◆ **Your task**: Every line below between the one holding "f 175 177 181" and the one holding "f 181 70 67", inclusive, should be copied exactly, and no other line.

(Stored data entries)
=== Begin Enclosure ===
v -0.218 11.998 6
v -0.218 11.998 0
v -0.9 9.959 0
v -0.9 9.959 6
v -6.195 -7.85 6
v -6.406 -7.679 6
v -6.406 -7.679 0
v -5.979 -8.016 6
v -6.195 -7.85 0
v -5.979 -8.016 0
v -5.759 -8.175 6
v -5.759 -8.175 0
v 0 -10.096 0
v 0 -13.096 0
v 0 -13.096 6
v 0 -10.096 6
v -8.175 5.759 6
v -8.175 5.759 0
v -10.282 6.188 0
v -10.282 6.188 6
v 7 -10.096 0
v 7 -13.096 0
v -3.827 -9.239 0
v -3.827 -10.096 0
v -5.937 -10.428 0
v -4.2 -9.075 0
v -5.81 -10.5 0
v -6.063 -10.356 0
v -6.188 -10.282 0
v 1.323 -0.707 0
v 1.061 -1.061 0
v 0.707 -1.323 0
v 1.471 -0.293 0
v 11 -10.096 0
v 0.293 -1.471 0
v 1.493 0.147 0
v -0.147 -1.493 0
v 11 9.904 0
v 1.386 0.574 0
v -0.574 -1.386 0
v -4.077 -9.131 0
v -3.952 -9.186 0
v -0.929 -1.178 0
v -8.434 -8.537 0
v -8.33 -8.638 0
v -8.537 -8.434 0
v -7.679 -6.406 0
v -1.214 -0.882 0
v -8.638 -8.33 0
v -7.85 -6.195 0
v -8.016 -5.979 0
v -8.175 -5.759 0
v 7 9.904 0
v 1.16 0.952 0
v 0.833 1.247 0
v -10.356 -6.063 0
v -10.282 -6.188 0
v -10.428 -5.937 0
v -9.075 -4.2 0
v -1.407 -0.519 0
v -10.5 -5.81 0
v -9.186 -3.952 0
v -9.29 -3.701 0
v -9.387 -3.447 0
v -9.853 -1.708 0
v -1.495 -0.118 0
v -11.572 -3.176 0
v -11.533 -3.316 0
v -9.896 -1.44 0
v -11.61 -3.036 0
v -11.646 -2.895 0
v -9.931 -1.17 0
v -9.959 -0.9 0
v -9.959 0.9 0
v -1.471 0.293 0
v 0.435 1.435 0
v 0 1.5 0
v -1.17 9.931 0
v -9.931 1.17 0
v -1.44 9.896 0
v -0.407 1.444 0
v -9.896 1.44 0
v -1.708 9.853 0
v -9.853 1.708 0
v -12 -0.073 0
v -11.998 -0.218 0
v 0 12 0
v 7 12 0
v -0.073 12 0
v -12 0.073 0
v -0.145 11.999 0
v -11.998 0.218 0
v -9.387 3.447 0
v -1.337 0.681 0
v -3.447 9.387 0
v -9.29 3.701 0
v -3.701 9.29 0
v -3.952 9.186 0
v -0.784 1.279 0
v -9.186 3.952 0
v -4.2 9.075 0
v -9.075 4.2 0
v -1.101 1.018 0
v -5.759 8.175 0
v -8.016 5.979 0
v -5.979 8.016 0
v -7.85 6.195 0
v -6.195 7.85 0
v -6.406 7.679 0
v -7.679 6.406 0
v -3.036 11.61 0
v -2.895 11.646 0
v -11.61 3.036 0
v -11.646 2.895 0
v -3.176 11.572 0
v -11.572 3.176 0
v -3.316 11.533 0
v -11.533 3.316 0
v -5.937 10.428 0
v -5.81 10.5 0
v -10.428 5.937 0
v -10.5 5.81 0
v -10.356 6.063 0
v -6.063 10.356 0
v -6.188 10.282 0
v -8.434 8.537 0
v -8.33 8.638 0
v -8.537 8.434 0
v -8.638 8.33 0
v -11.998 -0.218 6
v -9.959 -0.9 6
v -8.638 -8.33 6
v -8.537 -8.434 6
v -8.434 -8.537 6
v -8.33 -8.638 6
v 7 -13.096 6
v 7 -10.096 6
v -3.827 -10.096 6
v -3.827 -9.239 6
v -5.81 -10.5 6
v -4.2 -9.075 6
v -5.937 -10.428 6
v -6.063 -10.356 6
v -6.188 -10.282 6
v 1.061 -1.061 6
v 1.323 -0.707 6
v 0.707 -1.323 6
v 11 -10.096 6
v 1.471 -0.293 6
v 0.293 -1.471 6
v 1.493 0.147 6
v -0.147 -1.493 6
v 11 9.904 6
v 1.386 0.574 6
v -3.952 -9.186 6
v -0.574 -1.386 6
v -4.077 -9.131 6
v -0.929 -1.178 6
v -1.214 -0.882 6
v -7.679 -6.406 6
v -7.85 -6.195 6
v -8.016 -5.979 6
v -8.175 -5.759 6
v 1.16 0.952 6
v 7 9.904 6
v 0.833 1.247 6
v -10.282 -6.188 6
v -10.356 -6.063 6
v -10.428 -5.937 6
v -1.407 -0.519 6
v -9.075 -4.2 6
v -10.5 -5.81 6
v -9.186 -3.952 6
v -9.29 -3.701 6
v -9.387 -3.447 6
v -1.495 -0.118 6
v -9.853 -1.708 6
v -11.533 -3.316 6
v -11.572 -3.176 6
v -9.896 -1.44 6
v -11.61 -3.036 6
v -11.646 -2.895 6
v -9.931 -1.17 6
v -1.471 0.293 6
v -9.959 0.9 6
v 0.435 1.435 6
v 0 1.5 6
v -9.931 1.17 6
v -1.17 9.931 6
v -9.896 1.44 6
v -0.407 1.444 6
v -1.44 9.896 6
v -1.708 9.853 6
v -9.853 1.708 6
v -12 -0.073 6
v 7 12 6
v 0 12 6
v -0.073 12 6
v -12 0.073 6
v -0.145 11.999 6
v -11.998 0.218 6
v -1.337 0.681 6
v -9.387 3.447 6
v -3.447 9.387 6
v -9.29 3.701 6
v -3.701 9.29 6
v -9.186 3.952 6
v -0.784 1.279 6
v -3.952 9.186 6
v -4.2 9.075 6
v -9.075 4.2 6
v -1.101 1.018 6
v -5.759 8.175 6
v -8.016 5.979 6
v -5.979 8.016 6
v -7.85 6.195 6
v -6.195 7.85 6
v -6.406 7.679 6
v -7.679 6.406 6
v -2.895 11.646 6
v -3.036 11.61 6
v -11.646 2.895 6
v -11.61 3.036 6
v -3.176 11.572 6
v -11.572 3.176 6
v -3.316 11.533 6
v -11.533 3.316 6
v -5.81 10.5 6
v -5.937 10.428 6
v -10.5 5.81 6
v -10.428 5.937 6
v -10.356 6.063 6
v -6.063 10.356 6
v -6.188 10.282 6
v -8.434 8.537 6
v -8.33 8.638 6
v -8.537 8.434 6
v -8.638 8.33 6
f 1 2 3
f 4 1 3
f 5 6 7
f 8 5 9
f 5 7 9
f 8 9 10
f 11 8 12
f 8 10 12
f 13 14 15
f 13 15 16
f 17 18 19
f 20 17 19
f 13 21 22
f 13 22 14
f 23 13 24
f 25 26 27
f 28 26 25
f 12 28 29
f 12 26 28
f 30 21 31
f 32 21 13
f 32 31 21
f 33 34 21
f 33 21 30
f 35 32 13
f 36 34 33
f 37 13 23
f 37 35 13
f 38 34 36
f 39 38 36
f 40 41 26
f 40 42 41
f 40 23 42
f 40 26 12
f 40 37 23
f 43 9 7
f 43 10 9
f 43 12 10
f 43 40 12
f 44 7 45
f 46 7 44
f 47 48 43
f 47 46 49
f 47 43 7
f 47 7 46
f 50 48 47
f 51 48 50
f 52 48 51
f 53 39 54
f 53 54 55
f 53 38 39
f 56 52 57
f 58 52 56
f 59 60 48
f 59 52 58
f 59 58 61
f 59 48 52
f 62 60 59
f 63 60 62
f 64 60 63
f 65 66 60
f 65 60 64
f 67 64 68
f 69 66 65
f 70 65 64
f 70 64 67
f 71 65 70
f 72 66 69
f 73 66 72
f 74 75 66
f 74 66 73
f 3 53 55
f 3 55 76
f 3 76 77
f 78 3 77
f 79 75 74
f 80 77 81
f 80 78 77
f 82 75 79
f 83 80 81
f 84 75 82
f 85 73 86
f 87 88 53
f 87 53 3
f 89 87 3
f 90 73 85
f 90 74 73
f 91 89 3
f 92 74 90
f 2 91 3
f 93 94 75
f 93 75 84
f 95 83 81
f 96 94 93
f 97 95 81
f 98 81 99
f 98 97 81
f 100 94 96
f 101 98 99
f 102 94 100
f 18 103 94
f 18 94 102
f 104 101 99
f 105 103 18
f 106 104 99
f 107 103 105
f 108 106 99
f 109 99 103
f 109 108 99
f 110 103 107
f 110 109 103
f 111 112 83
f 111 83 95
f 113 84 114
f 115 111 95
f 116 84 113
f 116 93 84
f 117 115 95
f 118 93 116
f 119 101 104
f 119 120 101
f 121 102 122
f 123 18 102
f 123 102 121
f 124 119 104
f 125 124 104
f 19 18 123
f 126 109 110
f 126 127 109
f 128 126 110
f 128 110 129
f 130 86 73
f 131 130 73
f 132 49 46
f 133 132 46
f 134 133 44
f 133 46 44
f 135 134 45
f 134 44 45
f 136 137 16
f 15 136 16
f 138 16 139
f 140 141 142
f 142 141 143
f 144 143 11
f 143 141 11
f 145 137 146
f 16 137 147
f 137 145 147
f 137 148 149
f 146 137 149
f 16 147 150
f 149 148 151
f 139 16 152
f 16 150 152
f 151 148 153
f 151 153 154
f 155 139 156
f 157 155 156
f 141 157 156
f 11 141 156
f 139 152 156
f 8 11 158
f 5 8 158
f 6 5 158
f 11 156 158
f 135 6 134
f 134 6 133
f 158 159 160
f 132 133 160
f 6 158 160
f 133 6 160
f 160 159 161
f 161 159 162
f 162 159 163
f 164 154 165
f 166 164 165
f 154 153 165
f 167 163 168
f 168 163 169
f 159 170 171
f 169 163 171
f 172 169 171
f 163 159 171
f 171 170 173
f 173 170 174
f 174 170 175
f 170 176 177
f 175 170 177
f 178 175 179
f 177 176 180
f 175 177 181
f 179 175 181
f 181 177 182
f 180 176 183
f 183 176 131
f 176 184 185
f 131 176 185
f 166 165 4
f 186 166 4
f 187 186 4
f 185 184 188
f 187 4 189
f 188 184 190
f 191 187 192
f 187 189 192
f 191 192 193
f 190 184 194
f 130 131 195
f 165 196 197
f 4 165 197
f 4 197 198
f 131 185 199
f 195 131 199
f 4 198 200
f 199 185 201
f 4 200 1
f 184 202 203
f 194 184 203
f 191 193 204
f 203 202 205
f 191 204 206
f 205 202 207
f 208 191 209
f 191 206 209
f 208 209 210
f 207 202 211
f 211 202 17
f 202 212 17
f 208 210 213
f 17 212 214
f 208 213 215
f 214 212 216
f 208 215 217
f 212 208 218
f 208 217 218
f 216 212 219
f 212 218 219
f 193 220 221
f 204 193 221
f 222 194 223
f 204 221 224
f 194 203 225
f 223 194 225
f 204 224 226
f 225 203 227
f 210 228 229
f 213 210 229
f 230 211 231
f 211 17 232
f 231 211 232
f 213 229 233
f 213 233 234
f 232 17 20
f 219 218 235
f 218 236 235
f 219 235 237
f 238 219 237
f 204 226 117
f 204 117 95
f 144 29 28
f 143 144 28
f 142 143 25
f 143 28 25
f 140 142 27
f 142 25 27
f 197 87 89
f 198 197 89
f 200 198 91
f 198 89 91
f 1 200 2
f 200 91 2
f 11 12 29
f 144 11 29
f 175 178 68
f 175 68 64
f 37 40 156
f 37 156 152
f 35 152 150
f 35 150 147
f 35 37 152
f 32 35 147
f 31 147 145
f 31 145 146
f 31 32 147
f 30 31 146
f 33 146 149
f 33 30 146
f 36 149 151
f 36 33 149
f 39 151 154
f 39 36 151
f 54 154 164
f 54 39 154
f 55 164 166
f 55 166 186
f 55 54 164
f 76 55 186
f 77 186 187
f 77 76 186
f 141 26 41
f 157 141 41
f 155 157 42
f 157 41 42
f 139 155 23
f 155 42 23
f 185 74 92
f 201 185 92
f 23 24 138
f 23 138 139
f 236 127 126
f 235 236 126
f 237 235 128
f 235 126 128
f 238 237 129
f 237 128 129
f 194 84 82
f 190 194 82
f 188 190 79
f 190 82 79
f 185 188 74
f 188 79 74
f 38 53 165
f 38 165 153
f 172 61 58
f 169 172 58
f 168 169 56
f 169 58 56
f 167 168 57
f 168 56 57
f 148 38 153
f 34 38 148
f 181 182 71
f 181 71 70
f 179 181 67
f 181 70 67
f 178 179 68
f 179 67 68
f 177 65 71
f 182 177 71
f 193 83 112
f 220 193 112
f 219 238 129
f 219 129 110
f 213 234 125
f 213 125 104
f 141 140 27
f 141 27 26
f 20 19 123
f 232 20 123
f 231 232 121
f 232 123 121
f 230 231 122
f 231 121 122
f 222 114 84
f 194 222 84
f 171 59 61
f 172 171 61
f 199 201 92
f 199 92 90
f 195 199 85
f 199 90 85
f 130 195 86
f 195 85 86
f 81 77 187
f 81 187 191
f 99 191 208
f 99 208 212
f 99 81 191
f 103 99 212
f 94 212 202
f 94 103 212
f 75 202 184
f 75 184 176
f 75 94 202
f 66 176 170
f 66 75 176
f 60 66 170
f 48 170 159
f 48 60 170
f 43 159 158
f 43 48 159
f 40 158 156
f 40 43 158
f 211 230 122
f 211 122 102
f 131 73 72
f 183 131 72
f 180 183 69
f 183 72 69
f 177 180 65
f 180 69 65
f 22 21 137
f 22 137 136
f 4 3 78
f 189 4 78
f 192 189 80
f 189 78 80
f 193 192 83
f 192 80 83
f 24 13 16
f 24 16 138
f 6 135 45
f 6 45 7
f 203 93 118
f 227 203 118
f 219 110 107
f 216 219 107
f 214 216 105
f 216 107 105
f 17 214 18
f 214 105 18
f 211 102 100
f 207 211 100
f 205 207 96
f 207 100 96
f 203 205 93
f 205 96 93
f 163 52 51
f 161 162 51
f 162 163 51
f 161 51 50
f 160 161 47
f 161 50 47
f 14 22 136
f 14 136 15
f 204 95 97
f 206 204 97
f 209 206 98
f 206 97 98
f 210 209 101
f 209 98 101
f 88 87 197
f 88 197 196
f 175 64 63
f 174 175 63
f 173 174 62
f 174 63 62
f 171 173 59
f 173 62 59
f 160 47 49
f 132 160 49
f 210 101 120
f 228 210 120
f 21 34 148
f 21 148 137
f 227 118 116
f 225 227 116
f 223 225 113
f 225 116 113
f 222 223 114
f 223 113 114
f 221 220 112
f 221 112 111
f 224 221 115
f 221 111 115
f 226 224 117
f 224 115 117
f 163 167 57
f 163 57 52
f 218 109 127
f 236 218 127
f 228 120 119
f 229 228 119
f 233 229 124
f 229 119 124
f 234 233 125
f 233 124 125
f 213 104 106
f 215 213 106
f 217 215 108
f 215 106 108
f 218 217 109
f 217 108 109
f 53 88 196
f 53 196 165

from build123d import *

# Parameters (mm, degrees)
SKETCH1_R           = 10
BOSS_EXTRUDE1_DEPTH = 6
BOSS_EXTRUDE2_DEPTH = 6
CIRPATTERN1_COUNT   = 24
SKETCH3_R           = 12.65
SKETCH3_R_2         = 12
CUT_EXTRUDE1_DEPTH  = 6
CUT_EXTRUDE2_DEPTH  = 6
SKETCH5_R           = 1.5
CUT_EXTRUDE3_DEPTH  = 6
BOSS_EXTRUDE3_DEPTH = 6


with BuildPart() as part:
    # Sketch1 → Boss-Extrude1 (new body)
    with BuildSketch(Plane.XY):
        Circle(SKETCH1_R)
    extrude(amount=BOSS_EXTRUDE1_DEPTH)

    # Sketch2 → Boss-Extrude2 (add)
    with BuildSketch(Plane.XY):
        with BuildLine():
            Line((0, 12.65), (-0.9, 9.959417654))
            ThreePointArc((-0.9, 9.959417654), (0, 10), (0.9, 9.959417654))
            Line((0.9, 9.959417654), (0, 12.65))
        make_face()
    boss_extrude2 = extrude(amount=BOSS_EXTRUDE2_DEPTH)

    # CirPattern1: Boss-Extrude2 ×24 about axis
    cirpattern1_axis = Axis((0, 0, 0), (0, 0, 1))
    for i in range(1, CIRPATTERN1_COUNT):
        add(boss_extrude2.rotate(cirpattern1_axis, i * 360 / CIRPATTERN1_COUNT))

    # Sketch3 → Cut-Extrude1 (cut)
    with BuildSketch(Plane.XY):
        Circle(SKETCH3_R)
        Circle(SKETCH3_R_2, mode=Mode.SUBTRACT)
    extrude(amount=CUT_EXTRUDE1_DEPTH, mode=Mode.SUBTRACT)

    # Sketch4 → Cut-Extrude2 (cut)
    with BuildSketch(Plane.XY):
        with BuildLine():
            Line((0, 0), (0, 12))
            ThreePointArc((0, 12), (11.769423365, -2.341083864), (-4.592201188, -11.08655439))
            Line((-4.592201188, -11.08655439), (-3.826834324, -9.238795325))
            Line((-3.826834324, -9.238795325), (0, 0))
        make_face()
    extrude(amount=CUT_EXTRUDE2_DEPTH, mode=Mode.SUBTRACT)

    # Sketch5 → Cut-Extrude3 (cut)
    with BuildSketch(Plane.XY):
        Circle(SKETCH5_R)
    extrude(amount=CUT_EXTRUDE3_DEPTH, mode=Mode.SUBTRACT)

    # Sketch6 → Boss-Extrude3 (add)
    with BuildSketch(Plane.XY):
        with BuildLine():
            Line((0, 1.5), (0, 12))
            Line((0, 12), (7, 12))
            Line((7, 12), (7, 9.904493766))
            Line((7, 9.904493766), (11, 9.904493766))
            Line((11, 9.904493766), (11, -10.095506234))
            Line((11, -10.095506234), (7, -10.095506234))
=== End Enclosure ===
◆ **Solution for this exercise**:
f 175 177 181
f 179 175 181
f 181 177 182
f 180 176 183
f 183 176 131
f 176 184 185
f 131 176 185
f 166 165 4
f 186 166 4
f 187 186 4
f 185 184 188
f 187 4 189
f 188 184 190
f 191 187 192
f 187 189 192
f 191 192 193
f 190 184 194
f 130 131 195
f 165 196 197
f 4 165 197
f 4 197 198
f 131 185 199
f 195 131 199
f 4 198 200
f 199 185 201
f 4 200 1
f 184 202 203
f 194 184 203
f 191 193 204
f 203 202 205
f 191 204 206
f 205 202 207
f 208 191 209
f 191 206 209
f 208 209 210
f 207 202 211
f 211 202 17
f 202 212 17
f 208 210 213
f 17 212 214
f 208 213 215
f 214 212 216
f 208 215 217
f 212 208 218
f 208 217 218
f 216 212 219
f 212 218 219
f 193 220 221
f 204 193 221
f 222 194 223
f 204 221 224
f 194 203 225
f 223 194 225
f 204 224 226
f 225 203 227
f 210 228 229
f 213 210 229
f 230 211 231
f 211 17 232
f 231 211 232
f 213 229 233
f 213 233 234
f 232 17 20
f 219 218 235
f 218 236 235
f 219 235 237
f 238 219 237
f 204 226 117
f 204 117 95
f 144 29 28
f 143 144 28
f 142 143 25
f 143 28 25
f 140 142 27
f 142 25 27
f 197 87 89
f 198 197 89
f 200 198 91
f 198 89 91
f 1 200 2
f 200 91 2
f 11 12 29
f 144 11 29
f 175 178 68
f 175 68 64
f 37 40 156
f 37 156 152
f 35 152 150
f 35 150 147
f 35 37 152
f 32 35 147
f 31 147 145
f 31 145 146
f 31 32 147
f 30 31 146
f 33 146 149
f 33 30 146
f 36 149 151
f 36 33 149
f 39 151 154
f 39 36 151
f 54 154 164
f 54 39 154
f 55 164 166
f 55 166 186
f 55 54 164
f 76 55 186
f 77 186 187
f 77 76 186
f 141 26 41
f 157 141 41
f 155 157 42
f 157 41 42
f 139 155 23
f 155 42 23
f 185 74 92
f 201 185 92
f 23 24 138
f 23 138 139
f 236 127 126
f 235 236 126
f 237 235 128
f 235 126 128
f 238 237 129
f 237 128 129
f 194 84 82
f 190 194 82
f 188 190 79
f 190 82 79
f 185 188 74
f 188 79 74
f 38 53 165
f 38 165 153
f 172 61 58
f 169 172 58
f 168 169 56
f 169 58 56
f 167 168 57
f 168 56 57
f 148 38 153
f 34 38 148
f 181 182 71
f 181 71 70
f 179 181 67
f 181 70 67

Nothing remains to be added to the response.